[WHAT YOU NEED TO DO] Write out, word for word, the part of the listing below that opens with the line containing "#10=(NAMED_UNIT(*)SI_UNIT($,.STERADIAN.)SOLID_ANGLE_UNIT());" and closes with the line containing "#29=CARTESIAN_POINT('',(12.7,-12.7,-12.7));", keeping both of those lines and adding no others.

[INPUT DATA]

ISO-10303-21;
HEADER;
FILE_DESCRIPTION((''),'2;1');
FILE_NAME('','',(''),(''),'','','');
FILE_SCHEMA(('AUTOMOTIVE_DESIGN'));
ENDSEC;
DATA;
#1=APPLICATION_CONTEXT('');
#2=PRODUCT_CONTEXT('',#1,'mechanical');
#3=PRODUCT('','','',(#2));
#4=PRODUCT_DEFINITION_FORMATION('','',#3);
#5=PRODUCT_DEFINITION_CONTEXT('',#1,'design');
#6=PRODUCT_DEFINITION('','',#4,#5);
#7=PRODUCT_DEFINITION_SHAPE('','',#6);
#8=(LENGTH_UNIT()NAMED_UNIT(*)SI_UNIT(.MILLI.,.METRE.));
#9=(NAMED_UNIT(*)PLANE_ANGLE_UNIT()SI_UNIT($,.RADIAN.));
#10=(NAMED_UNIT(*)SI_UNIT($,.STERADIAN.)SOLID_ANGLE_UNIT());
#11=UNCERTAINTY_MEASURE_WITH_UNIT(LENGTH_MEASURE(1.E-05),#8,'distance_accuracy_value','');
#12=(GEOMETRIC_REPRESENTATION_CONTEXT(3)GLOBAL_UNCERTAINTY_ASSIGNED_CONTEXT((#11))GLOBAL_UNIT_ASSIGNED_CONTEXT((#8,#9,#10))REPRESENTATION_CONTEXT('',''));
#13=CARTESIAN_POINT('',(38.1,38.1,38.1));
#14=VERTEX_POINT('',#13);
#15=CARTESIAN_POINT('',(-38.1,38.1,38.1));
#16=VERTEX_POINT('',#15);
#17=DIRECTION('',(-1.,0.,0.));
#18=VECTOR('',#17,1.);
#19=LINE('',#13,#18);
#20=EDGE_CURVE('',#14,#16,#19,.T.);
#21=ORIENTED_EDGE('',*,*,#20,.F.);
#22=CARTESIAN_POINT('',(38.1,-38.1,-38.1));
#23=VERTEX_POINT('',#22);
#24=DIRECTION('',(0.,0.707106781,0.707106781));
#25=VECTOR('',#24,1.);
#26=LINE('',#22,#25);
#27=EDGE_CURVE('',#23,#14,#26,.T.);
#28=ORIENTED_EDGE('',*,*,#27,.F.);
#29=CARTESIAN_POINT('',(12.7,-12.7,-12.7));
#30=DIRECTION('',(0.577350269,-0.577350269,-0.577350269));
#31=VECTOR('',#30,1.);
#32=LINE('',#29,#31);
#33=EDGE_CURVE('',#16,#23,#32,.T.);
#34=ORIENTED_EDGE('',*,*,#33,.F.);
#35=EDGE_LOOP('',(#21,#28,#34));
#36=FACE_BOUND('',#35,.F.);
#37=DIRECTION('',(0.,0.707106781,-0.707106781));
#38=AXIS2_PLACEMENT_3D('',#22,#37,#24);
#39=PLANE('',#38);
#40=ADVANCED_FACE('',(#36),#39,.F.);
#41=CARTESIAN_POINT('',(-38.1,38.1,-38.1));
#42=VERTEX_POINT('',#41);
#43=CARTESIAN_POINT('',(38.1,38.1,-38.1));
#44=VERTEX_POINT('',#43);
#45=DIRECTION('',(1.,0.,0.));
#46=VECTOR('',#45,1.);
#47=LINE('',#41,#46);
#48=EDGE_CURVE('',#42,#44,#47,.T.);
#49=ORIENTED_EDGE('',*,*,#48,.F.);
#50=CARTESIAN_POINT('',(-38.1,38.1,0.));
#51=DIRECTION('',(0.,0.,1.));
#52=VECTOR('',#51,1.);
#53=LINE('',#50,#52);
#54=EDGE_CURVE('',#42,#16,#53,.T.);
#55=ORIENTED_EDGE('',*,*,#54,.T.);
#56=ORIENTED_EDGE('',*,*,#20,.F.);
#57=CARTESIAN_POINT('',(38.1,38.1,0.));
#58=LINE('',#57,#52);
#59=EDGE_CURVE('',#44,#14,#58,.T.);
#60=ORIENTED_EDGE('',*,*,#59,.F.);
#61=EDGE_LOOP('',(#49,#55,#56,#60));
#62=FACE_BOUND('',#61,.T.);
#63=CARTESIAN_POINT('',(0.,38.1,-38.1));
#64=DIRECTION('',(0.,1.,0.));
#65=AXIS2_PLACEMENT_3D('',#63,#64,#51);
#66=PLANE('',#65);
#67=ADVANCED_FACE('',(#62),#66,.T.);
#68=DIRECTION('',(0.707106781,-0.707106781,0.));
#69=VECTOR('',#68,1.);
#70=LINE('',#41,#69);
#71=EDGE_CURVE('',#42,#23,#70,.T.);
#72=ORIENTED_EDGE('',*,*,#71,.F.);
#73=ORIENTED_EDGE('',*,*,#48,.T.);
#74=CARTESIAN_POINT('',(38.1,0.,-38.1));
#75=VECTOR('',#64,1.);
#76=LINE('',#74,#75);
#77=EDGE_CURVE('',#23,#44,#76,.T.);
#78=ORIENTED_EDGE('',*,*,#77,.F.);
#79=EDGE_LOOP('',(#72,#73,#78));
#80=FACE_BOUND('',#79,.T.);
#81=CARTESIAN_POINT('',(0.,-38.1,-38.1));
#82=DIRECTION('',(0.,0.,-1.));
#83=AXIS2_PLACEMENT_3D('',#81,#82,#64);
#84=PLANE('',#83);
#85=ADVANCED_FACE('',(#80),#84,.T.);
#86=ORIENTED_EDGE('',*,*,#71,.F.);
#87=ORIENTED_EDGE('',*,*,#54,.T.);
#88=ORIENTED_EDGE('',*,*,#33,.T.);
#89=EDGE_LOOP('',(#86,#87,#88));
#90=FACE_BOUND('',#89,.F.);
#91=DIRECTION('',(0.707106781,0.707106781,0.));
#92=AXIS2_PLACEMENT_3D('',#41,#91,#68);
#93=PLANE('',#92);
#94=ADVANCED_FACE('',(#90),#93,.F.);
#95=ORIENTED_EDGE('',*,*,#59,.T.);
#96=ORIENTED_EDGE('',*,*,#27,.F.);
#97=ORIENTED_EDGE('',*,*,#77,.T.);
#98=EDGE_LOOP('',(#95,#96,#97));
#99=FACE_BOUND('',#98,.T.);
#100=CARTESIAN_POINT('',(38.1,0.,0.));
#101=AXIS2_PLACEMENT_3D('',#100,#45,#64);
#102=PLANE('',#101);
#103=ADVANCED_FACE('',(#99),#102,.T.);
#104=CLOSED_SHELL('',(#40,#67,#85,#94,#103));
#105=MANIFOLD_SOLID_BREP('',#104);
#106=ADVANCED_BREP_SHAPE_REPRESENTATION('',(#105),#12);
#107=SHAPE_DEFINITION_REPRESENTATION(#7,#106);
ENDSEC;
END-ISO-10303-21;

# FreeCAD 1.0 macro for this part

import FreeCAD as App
import Part
import Sketcher
Q = App.Units.Quantity


def add_polygon(sketch, points):
    """Adds a closed chain of lines whose ends are joined by coincident constraints."""
    first, n = sketch.GeometryCount, len(points)
    for a, b in zip(points, points[1:] + points[:1]):
        sketch.addGeometry(Part.LineSegment(App.Vector(*a, 0), App.Vector(*b, 0)), False)
    for i in range(n):
        sketch.addConstraint(Sketcher.Constraint("Coincident", first + i, 2, first + (i + 1) % n, 1))

doc = App.newDocument("Part")
body = doc.addObject("PartDesign::Body", "Body")

# Sketch on YZ plane
sketch1 = doc.addObject("Sketcher::SketchObject", "Sketch")
body.addObject(sketch1)
sketch1.AttachmentSupport = (doc.YZ_Plane, [""])
sketch1.MapMode = "FlatFace"
add_polygon(sketch1, [(-38, 38), (-38, -38), (38, -38), (38, 38)])  # lines 0-3
sketch1.addConstraint([
    Sketcher.Constraint("Vertical", 0),
    Sketcher.Constraint("Horizontal", 1),
    Sketcher.Constraint("Vertical", 2),
    Sketcher.Constraint("Horizontal", 3),
    Sketcher.Constraint("Symmetric", 0, 2, 2, 2, -1, 1),
    Sketcher.Constraint("Equal", 3, 0),
    Sketcher.Constraint("DistanceX", 1, 1, 1, 2, Q("3 in")),
])
pad1 = doc.addObject("PartDesign::Pad", "Pad")
body.addObject(pad1)
pad1.Profile = sketch1
pad1.Length = Q("3 in")
pad1.Midplane = True

# Sketch on YZ plane
sketch2 = doc.addObject("Sketcher::SketchObject", "Sketch001")
body.addObject(sketch2)
sketch2.AttachmentSupport = (doc.YZ_Plane, [""])
sketch2.MapMode = "FlatFace"
sketch2.AttachmentOffset = App.Placement(App.Vector(0, 0, 1.5 * 25.4), App.Rotation())
add_polygon(sketch2, [(38, 38), (-38, 38), (-38, -38)])  # lines 0-2
sketch2.addConstraint([
    Sketcher.Constraint("Horizontal", 0),
    Sketcher.Constraint("Vertical", 1),
    Sketcher.Constraint("Symmetric", 1, 2, 2, 2, -1, 1),
    Sketcher.Constraint("Equal", 0, 1),
    Sketcher.Constraint("DistanceX", 0, 2, 0, 1, Q("3 in")),
])
pocket1 = doc.addObject("PartDesign::Pocket", "Pocket")
body.addObject(pocket1)
pocket1.Profile = sketch2
pocket1.Length = Q("3 in")

# Sketch on XY plane
sketch3 = doc.addObject("Sketcher::SketchObject", "Sketch002")
body.addObject(sketch3)
sketch3.AttachmentSupport = (doc.XY_Plane, [""])
sketch3.MapMode = "FlatFace"
sketch3.AttachmentOffset = App.Placement(App.Vector(0, 0, -1.5 * 25.4), App.Rotation())
add_polygon(sketch3, [(-38, 38), (38, -38), (-38, -38)])  # lines 0-2
sketch3.addConstraint([
    Sketcher.Constraint("Horizontal", 1),
    Sketcher.Constraint("Vertical", 2),
    Sketcher.Constraint("Symmetric", 0, 2, 2, 2, -1, 1),
    Sketcher.Constraint("Equal", 1, 2),
    Sketcher.Constraint("DistanceX", 1, 2, 1, 1, Q("3 in")),
])
pocket2 = doc.addObject("PartDesign::Pocket", "Pocket001")
body.addObject(pocket2)
pocket2.Profile = sketch3
pocket2.Length = Q("3 in")
pocket2.Reversed = True

doc.recompute()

[ANSWER BOX]
#10=(NAMED_UNIT(*)SI_UNIT($,.STERADIAN.)SOLID_ANGLE_UNIT());
#11=UNCERTAINTY_MEASURE_WITH_UNIT(LENGTH_MEASURE(1.E-05),#8,'distance_accuracy_value','');
#12=(GEOMETRIC_REPRESENTATION_CONTEXT(3)GLOBAL_UNCERTAINTY_ASSIGNED_CONTEXT((#11))GLOBAL_UNIT_ASSIGNED_CONTEXT((#8,#9,#10))REPRESENTATION_CONTEXT('',''));
#13=CARTESIAN_POINT('',(38.1,38.1,38.1));
#14=VERTEX_POINT('',#13);
#15=CARTESIAN_POINT('',(-38.1,38.1,38.1));
#16=VERTEX_POINT('',#15);
#17=DIRECTION('',(-1.,0.,0.));
#18=VECTOR('',#17,1.);
#19=LINE('',#13,#18);
#20=EDGE_CURVE('',#14,#16,#19,.T.);
#21=ORIENTED_EDGE('',*,*,#20,.F.);
#22=CARTESIAN_POINT('',(38.1,-38.1,-38.1));
#23=VERTEX_POINT('',#22);
#24=DIRECTION('',(0.,0.707106781,0.707106781));
#25=VECTOR('',#24,1.);
#26=LINE('',#22,#25);
#27=EDGE_CURVE('',#23,#14,#26,.T.);
#28=ORIENTED_EDGE('',*,*,#27,.F.);
#29=CARTESIAN_POINT('',(12.7,-12.7,-12.7));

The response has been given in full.